Provided records:
============================================================

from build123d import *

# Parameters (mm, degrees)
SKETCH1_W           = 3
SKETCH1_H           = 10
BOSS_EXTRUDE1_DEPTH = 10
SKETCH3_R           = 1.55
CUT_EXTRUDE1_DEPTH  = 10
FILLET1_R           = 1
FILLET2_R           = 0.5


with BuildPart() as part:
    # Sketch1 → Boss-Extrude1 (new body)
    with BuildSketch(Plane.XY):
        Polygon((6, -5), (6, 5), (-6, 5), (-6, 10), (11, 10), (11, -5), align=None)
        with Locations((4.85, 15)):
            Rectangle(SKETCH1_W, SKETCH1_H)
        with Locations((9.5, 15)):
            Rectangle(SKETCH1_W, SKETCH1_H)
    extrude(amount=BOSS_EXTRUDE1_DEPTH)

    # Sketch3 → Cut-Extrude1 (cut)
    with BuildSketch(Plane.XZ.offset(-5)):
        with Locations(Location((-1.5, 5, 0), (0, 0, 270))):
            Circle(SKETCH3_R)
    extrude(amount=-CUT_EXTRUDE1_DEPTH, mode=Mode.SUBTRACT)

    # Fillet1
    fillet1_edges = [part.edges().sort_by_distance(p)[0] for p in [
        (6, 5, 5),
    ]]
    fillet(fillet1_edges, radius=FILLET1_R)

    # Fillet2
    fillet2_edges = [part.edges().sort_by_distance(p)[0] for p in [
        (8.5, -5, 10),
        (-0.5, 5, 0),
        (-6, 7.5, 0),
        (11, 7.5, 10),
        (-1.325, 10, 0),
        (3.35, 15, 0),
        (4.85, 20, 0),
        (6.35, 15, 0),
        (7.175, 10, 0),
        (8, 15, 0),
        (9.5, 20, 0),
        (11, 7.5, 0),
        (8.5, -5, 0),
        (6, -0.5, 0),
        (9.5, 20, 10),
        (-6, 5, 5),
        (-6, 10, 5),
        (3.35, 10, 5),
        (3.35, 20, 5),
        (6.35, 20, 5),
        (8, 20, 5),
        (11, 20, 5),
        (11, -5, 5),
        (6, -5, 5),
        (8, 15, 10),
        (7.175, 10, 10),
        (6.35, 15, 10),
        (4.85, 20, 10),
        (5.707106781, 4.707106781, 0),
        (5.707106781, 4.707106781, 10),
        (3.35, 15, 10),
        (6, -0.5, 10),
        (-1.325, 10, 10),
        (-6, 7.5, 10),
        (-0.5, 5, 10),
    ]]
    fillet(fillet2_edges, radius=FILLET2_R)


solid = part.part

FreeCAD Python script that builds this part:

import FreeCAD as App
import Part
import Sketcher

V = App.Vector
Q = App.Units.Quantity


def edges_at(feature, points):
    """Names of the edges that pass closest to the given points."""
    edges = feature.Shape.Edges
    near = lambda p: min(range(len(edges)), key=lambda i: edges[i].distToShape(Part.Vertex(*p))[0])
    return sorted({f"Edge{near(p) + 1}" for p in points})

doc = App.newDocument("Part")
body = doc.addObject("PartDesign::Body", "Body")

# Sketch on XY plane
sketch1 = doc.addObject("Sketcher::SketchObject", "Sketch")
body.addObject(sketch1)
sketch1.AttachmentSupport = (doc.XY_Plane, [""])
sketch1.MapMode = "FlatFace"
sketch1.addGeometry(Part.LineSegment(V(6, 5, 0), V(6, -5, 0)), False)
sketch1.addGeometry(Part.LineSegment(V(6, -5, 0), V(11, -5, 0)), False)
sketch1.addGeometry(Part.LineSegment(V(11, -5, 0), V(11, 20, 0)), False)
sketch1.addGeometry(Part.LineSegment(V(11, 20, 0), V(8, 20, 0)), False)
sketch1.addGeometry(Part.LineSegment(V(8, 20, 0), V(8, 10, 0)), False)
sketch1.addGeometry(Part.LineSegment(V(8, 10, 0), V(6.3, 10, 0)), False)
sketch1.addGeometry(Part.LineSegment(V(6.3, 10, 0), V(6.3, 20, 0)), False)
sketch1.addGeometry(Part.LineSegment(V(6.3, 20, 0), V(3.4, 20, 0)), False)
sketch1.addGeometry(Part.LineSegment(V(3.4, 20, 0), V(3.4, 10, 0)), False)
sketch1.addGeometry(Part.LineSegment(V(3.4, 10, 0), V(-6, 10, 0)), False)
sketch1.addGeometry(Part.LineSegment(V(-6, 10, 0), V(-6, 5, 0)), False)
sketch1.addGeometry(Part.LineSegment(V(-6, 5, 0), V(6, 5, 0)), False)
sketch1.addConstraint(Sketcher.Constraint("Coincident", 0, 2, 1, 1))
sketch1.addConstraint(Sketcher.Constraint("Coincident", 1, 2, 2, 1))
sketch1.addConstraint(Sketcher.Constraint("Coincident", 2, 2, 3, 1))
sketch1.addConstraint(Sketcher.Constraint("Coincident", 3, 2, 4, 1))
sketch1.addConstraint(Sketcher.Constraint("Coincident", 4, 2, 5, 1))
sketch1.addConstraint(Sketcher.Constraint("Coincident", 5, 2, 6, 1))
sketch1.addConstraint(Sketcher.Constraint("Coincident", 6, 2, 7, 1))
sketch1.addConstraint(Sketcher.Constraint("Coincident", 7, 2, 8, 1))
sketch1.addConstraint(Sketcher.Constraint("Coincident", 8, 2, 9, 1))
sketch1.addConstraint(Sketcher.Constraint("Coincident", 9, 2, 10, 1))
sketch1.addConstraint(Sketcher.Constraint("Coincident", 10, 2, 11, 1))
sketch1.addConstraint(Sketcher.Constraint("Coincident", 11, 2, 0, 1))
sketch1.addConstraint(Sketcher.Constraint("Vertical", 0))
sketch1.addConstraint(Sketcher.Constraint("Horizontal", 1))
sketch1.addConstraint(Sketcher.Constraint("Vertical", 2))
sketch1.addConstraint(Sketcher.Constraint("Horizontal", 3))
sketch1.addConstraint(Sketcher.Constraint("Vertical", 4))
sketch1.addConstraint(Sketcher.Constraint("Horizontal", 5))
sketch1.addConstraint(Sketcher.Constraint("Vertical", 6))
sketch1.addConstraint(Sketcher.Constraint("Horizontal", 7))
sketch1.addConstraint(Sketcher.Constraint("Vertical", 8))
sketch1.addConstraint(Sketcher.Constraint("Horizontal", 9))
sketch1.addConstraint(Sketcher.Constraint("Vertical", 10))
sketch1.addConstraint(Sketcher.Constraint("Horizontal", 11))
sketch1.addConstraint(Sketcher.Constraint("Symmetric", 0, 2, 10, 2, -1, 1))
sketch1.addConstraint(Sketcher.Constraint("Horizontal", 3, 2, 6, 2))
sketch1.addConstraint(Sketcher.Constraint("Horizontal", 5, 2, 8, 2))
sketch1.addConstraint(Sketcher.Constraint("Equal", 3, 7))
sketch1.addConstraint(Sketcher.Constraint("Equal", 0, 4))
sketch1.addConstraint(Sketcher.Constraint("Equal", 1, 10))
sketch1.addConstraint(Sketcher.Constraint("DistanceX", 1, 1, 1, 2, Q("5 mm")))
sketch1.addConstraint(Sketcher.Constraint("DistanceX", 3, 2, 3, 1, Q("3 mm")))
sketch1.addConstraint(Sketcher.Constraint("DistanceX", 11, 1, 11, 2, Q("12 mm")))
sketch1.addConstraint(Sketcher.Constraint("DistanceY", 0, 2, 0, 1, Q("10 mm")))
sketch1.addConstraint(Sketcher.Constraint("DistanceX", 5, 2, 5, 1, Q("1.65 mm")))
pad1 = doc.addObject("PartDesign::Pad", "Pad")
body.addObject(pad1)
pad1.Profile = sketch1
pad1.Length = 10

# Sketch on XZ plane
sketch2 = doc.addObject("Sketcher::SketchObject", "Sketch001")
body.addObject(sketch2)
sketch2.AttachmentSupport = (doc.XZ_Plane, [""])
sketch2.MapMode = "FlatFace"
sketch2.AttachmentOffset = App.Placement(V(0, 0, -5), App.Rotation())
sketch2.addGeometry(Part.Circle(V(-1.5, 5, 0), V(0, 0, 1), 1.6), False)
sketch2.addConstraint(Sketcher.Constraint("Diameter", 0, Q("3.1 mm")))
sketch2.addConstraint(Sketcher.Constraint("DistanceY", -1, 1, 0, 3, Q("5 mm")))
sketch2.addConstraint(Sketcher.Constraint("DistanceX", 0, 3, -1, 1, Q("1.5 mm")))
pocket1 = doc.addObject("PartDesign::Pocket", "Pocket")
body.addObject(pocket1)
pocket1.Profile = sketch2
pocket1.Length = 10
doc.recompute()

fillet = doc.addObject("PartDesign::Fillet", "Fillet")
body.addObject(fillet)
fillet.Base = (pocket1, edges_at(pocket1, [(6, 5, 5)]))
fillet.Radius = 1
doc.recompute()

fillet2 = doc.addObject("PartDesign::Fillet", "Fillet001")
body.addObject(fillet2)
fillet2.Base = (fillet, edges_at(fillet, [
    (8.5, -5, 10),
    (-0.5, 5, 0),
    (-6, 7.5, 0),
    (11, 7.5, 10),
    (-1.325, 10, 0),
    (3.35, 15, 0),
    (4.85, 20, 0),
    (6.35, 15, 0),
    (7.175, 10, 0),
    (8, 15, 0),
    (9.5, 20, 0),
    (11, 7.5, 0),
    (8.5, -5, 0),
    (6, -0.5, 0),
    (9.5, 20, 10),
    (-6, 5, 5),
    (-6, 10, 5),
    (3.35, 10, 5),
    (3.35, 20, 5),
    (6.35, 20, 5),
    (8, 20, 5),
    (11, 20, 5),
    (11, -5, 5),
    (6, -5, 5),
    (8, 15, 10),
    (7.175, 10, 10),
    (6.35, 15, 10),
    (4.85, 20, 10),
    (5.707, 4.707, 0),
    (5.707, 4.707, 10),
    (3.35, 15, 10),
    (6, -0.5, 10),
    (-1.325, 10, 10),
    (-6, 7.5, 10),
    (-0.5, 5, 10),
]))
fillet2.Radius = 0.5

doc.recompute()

============================================================

Prompt: Each line from the top of the records down to the one with "with BuildPart() as" must be retyped exactly; include both ends and nothing else.

Exercise output:
from build123d import *

# Parameters (mm, degrees)
SKETCH1_W           = 3
SKETCH1_H           = 10
BOSS_EXTRUDE1_DEPTH = 10
SKETCH3_R           = 1.55
CUT_EXTRUDE1_DEPTH  = 10
FILLET1_R           = 1
FILLET2_R           = 0.5


with BuildPart() as part:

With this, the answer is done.